Dans ce déferlement on reconnaît les ouvriers d’Eternit, de Ferodo, ou de Latty ; ceux des chantiers navals de Dunkerque, de Saint-Nazaire, de Brest, du Havre ou de Cherbourg ; les sidérurgistes de Fos, le bâtiment ou les métallos du 93 ; les cheminots, la RATP...

L’amiante a empoisonnés les uns. Aux autres il a volé brutalement un mari ou un père. Aujourd’hui ils demandent justice : « Guigou, entends-tu ? Les victimes de l’amiante manifestent... » . Sur l’air du « chant des partisans », on dit sa fierté d’être là, de manifester pour être enfin entendu..

Les caisses primaires en prennent pour leur grade :

« L’amiante nous tue... La Sécu enterre nos dossiers... Indemnisez sans délai ! » Et sur l’air de « Frères Jacques » : « Caisses Primaires, Caisses Primaires, Dormez-vous ? »

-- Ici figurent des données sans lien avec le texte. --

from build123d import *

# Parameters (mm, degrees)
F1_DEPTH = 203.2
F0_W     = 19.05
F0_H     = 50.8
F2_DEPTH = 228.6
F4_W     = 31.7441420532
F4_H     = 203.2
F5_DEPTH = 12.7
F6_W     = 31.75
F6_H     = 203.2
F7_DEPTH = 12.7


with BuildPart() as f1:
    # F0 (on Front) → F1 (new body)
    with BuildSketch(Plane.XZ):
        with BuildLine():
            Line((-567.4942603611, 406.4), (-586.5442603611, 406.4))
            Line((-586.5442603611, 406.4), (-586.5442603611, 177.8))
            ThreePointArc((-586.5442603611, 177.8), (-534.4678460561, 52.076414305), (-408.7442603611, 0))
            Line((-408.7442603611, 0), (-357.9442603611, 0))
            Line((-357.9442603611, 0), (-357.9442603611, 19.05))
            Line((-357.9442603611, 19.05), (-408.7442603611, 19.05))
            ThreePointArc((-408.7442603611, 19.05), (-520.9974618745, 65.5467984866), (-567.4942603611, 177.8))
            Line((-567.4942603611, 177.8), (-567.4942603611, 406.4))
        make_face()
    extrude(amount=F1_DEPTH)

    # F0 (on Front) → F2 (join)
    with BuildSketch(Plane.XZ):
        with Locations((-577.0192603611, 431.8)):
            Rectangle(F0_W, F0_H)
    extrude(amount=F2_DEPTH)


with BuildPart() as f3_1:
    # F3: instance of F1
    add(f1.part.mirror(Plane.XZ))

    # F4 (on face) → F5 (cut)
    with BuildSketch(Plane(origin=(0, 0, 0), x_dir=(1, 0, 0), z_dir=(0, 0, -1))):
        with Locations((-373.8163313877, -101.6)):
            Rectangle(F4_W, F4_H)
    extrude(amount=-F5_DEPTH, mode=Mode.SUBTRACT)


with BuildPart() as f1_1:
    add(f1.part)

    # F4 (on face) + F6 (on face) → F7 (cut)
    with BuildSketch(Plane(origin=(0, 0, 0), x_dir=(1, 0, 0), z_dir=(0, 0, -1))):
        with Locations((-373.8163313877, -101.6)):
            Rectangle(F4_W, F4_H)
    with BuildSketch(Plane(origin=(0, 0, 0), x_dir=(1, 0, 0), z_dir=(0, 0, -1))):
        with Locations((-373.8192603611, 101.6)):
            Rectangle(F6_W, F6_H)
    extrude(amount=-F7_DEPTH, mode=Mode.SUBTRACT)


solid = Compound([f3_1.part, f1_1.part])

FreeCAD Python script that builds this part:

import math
import FreeCAD as App
import Part
import Sketcher

V = App.Vector
Q = App.Units.Quantity

doc = App.newDocument("Part")
params = doc.addObject("Spreadsheet::Sheet", "Params")
for row, (alias, value) in enumerate([
    ("sketch1_radius", "7 in"),
    ("sketch1_width", "2 in"),
    ("sketch1_height", "9 in"),
    ("sketch1_radius2", "6.25 in"),
    ("pad1_length", "8 in"),
    ("sketch2_height", "2 in"),
    ("sketch2_width", "0.75 in"),
    ("pad2_length", "9 in"),
    ("sketch3_height", "8 in"),
    ("pocket1_length", "0.5 in"),
    ("sketch4_height", "8 in"),
    ("sketch4_width", "1.25 in"),
    ("pocket2_length", "0.5 in"),
], start=1):
    params.set(f"A{row}", alias)
    params.set(f"B{row}", "=" + value)
    params.setAlias(f"B{row}", alias)

body = doc.addObject("PartDesign::Body", "Body")

sketch1 = doc.addObject("Sketcher::SketchObject", "Sketch")
body.addObject(sketch1)
sketch1.AttachmentSupport = (doc.XZ_Plane, [""])
sketch1.MapMode = "FlatFace"
sketch1.addGeometry([
    Part.LineSegment(V(-567, 406, 0), V(-587, 406, 0)),
    Part.LineSegment(V(-587, 406, 0), V(-587, 178, 0)),
    Part.ArcOfCircle(Part.Circle(V(-409, 178, 0), V(0, 0, 1), 178), math.radians(180), math.radians(270)),
    Part.LineSegment(V(-409, 0, 0), V(-358, 0, 0)),
    Part.LineSegment(V(-358, 0, 0), V(-358, 19, 0)),
    Part.LineSegment(V(-358, 19, 0), V(-409, 19, 0)),
    Part.ArcOfCircle(Part.Circle(V(-409, 178, 0), V(0, 0, 1), 159), math.radians(180), math.radians(270)),
    Part.LineSegment(V(-567, 178, 0), V(-567, 406, 0)),
], False)
sketch1.addConstraint([
    Sketcher.Constraint("Coincident", 0, 2, 1, 1),
    Sketcher.Constraint("Tangent", 1, 2, 2, 1),
    Sketcher.Constraint("Tangent", 2, 2, 3, 1),
    Sketcher.Constraint("Coincident", 3, 2, 4, 1),
    Sketcher.Constraint("Coincident", 4, 2, 5, 1),
    Sketcher.Constraint("Tangent", 5, 2, 6, 2),
    Sketcher.Constraint("Tangent", 6, 1, 7, 1),
    Sketcher.Constraint("Coincident", 7, 2, 0, 1),
    Sketcher.Constraint("Horizontal", 0),
    Sketcher.Constraint("Vertical", 1),
    Sketcher.Constraint("Horizontal", 3),
    Sketcher.Constraint("Vertical", 4),
    Sketcher.Constraint("Horizontal", 5),
    Sketcher.Constraint("Vertical", 7),
    Sketcher.Constraint("Coincident", 6, 3, 2, 3),
    Sketcher.Constraint("PointOnObject", 2, 2, -1),
    Sketcher.Constraint("Radius", 2, Q("7 in")),
    Sketcher.Constraint("DistanceX", 3, 1, 3, 2, Q("2 in")),
    Sketcher.Constraint("DistanceY", 1, 2, 1, 1, Q("9 in")),
    Sketcher.Constraint("Radius", 6, Q("6.25 in")),
    Sketcher.Constraint("DistanceX", 2, 3, -1, 1, 408.74426),
])
sketch1.setExpression("Constraints[16]", "Params.sketch1_radius")
sketch1.setExpression("Constraints[17]", "Params.sketch1_width")
sketch1.setExpression("Constraints[18]", "Params.sketch1_height")
sketch1.setExpression("Constraints[19]", "Params.sketch1_radius2")
pad1 = doc.addObject("PartDesign::Pad", "Pad")
body.addObject(pad1)
pad1.Profile = sketch1
pad1.setExpression("Length", "Params.pad1_length")

sketch2 = doc.addObject("Sketcher::SketchObject", "Sketch001")
body.addObject(sketch2)
sketch2.AttachmentSupport = (doc.XZ_Plane, [""])
sketch2.MapMode = "FlatFace"
sketch2.addGeometry([
    Part.LineSegment(V(-587, 457, 0), V(-587, 406, 0)),
    Part.LineSegment(V(-587, 406, 0), V(-567, 406, 0)),
    Part.LineSegment(V(-567, 406, 0), V(-567, 457, 0)),
    Part.LineSegment(V(-567, 457, 0), V(-587, 457, 0)),
], False)
sketch2.addConstraint([
    Sketcher.Constraint("Coincident", 0, 2, 1, 1),
    Sketcher.Constraint("Coincident", 1, 2, 2, 1),
    Sketcher.Constraint("Coincident", 2, 2, 3, 1),
    Sketcher.Constraint("Coincident", 3, 2, 0, 1),
    Sketcher.Constraint("Vertical", 0),
    Sketcher.Constraint("Horizontal", 1),
    Sketcher.Constraint("Vertical", 2),
    Sketcher.Constraint("Horizontal", 3),
    Sketcher.Constraint("DistanceY", 0, 2, 0, 1, Q("2 in")),
    Sketcher.Constraint("DistanceY", -1, 1, 0, 2, Q("16 in")),
    Sketcher.Constraint("DistanceX", 1, 1, 1, 2, Q("0.75 in")),
    Sketcher.Constraint("DistanceX", 0, 2, -1, 1, 586.54426),
])
sketch2.setExpression("Constraints[8]", "Params.sketch2_height")
sketch2.setExpression("Constraints[10]", "Params.sketch2_width")
pad2 = doc.addObject("PartDesign::Pad", "Pad001")
body.addObject(pad2)
pad2.Profile = sketch2
pad2.setExpression("Length", "Params.pad2_length")
body2 = doc.addObject("PartDesign::Body", "Body001")
doc.recompute()

mirroring = doc.addObject("Part::Mirroring", "Mirroring")
mirroring.Source = body
mirroring.Base = V(0, 0, 0)
mirroring.Normal = V(0, -1, 0)
body2.BaseFeature = mirroring
doc.recompute()

sketch3 = doc.addObject("Sketcher::SketchObject", "Sketch002")
body2.addObject(sketch3)
sketch3.AttachmentSupport = (doc.getObject("XY_Plane001"), [""])
sketch3.MapMode = "FlatFace"
sketch3.addGeometry([
    Part.LineSegment(V(-390, 0, 0), V(-390, 203, 0)),
    Part.LineSegment(V(-390, 203, 0), V(-358, 203, 0)),
    Part.LineSegment(V(-358, 203, 0), V(-358, 0, 0)),
    Part.LineSegment(V(-358, 0, 0), V(-390, 0, 0)),
], False)
sketch3.addConstraint([
    Sketcher.Constraint("Coincident", 0, 2, 1, 1),
    Sketcher.Constraint("Coincident", 1, 2, 2, 1),
    Sketcher.Constraint("Coincident", 2, 2, 3, 1),
    Sketcher.Constraint("Coincident", 3, 2, 0, 1),
    Sketcher.Constraint("Vertical", 0),
    Sketcher.Constraint("Horizontal", 1),
    Sketcher.Constraint("Vertical", 2),
    Sketcher.Constraint("Horizontal", 3),
    Sketcher.Constraint("PointOnObject", 2, 2, -1),
    Sketcher.Constraint("DistanceY", 0, 1, 0, 2, Q("8 in")),
    Sketcher.Constraint("DistanceX", 1, 1, 1, 2, 31.744142),
    Sketcher.Constraint("DistanceX", 1, 2, -1, 1, 357.94426),
])
sketch3.setExpression("Constraints[9]", "Params.sketch3_height")
pocket1 = doc.addObject("PartDesign::Pocket", "Pocket")
body2.addObject(pocket1)
pocket1.Profile = sketch3
pocket1.setExpression("Length", "Params.pocket1_length")
pocket1.Reversed = True

sketch4 = doc.addObject("Sketcher::SketchObject", "Sketch003")
body.addObject(sketch4)
sketch4.AttachmentSupport = (doc.XY_Plane, [""])
sketch4.MapMode = "FlatFace"
sketch4.addGeometry([
    Part.LineSegment(V(-389.688402, 0, 0), V(-389.688402, 203.2, 0)),
    Part.LineSegment(V(-389.688402, 203.2, 0), V(-357.94426, 203.2, 0)),
    Part.LineSegment(V(-357.94426, 203.2, 0), V(-357.94426, -203.2, 0)),
    Part.LineSegment(V(-357.94426, -203.2, 0), V(-389.69426, -203.2, 0)),
    Part.LineSegment(V(-389.69426, -203.2, 0), V(-389.69426, 0, 0)),
    Part.LineSegment(V(-389.69426, 0, 0), V(-389.688402, 0, 0)),
], False)
sketch4.addConstraint([
    Sketcher.Constraint("Coincident", 0, 2, 1, 1),
    Sketcher.Constraint("Coincident", 1, 2, 2, 1),
    Sketcher.Constraint("Coincident", 2, 2, 3, 1),
    Sketcher.Constraint("Coincident", 3, 2, 4, 1),
    Sketcher.Constraint("Coincident", 4, 2, 5, 1),
    Sketcher.Constraint("Coincident", 5, 2, 0, 1),
    Sketcher.Constraint("Vertical", 0),
    Sketcher.Constraint("Horizontal", 1),
    Sketcher.Constraint("Vertical", 2),
    Sketcher.Constraint("Horizontal", 3),
    Sketcher.Constraint("Vertical", 4),
    Sketcher.Constraint("Horizontal", 5),
    Sketcher.Constraint("PointOnObject", 4, 2, -1),
    Sketcher.Constraint("Equal", 0, 4),
    Sketcher.Constraint("DistanceY", 0, 1, 0, 2, Q("8 in")),
    Sketcher.Constraint("DistanceX", 3, 2, 3, 1, Q("1.25 in")),
    Sketcher.Constraint("DistanceX", 1, 1, 1, 2, 31.744142),
    Sketcher.Constraint("DistanceX", 1, 2, -1, 1, 357.94426),
])
sketch4.setExpression("Constraints[14]", "Params.sketch4_height")
sketch4.setExpression("Constraints[15]", "Params.sketch4_width")
pocket2 = doc.addObject("PartDesign::Pocket", "Pocket001")
body.addObject(pocket2)
pocket2.Profile = sketch4
pocket2.setExpression("Length", "Params.pocket2_length")
pocket2.Reversed = True
mirroring.Visibility = False

doc.recompute()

Non ce n’est pas une manif comme les autres. Quand on est atteint d’une maladie pulmonaire, on s’essouffle plus vite ; il faut parfois ralentir le pas. Mais cela fait tellement plaisir d’être là... Dans le cortège une femme chante à pleine voix. Plutôt bien. Quelqu’un lui propose de prendre le micro dans la voiture sono. « Je ne préfère pas. Vous savez,
on m’a mis sous morphine... »
 Amisol, Condé-sur-Noireau, Dammarie-les-Lys, Andancette, Jussieu : des noms qui disent toutes les colères et tous les combats de l’amiante.

Ils sont tous là aujourd’hui avec leur association  : CAPER, ADEVA, Allo ! Amiante !

Une place noire de monde

L’arrivée sur la place de la Bastille est un grand moment : on est fier, un peu incrédule en se voyant si nombreux.

Du haut de la tribune, la vue est impressionnante. Après Josette d’Amisol et Henri Pézerat, François Desriaux réclame justice pour les victimes de l’amiante. Il dénonce les industriels qui « ont sciemment organisé la dissimulation d’informations sur les dangers d’un matériau qu’ils voulaient continuer d’exploiter, fût-ce au prix de la vie de milliers de victimes. » Au nom de la FNATH, Marcel Royez souligne l’urgence d’une réforme radicale d’un système de réparation injuste et dépassé : « Nous n’attendrons pas encore un siècle ».

Bientôt sonne l’heure du départ : on replie les banderoles, on ramasse les pancartes. Une délégation de l’ANDEVA quitte la place pour aller porter au Ministère les 33.000 signatures recueillies pour l’élargissement de la cessation anticipée d’activité aux maladie relevant du tableau 30 B. Elles ont été mises dans des sacs : « Danger
 ! Amiante ! »
...


Article paru dans le bulletin de l’ANDEVA N°9 (janvier 2002)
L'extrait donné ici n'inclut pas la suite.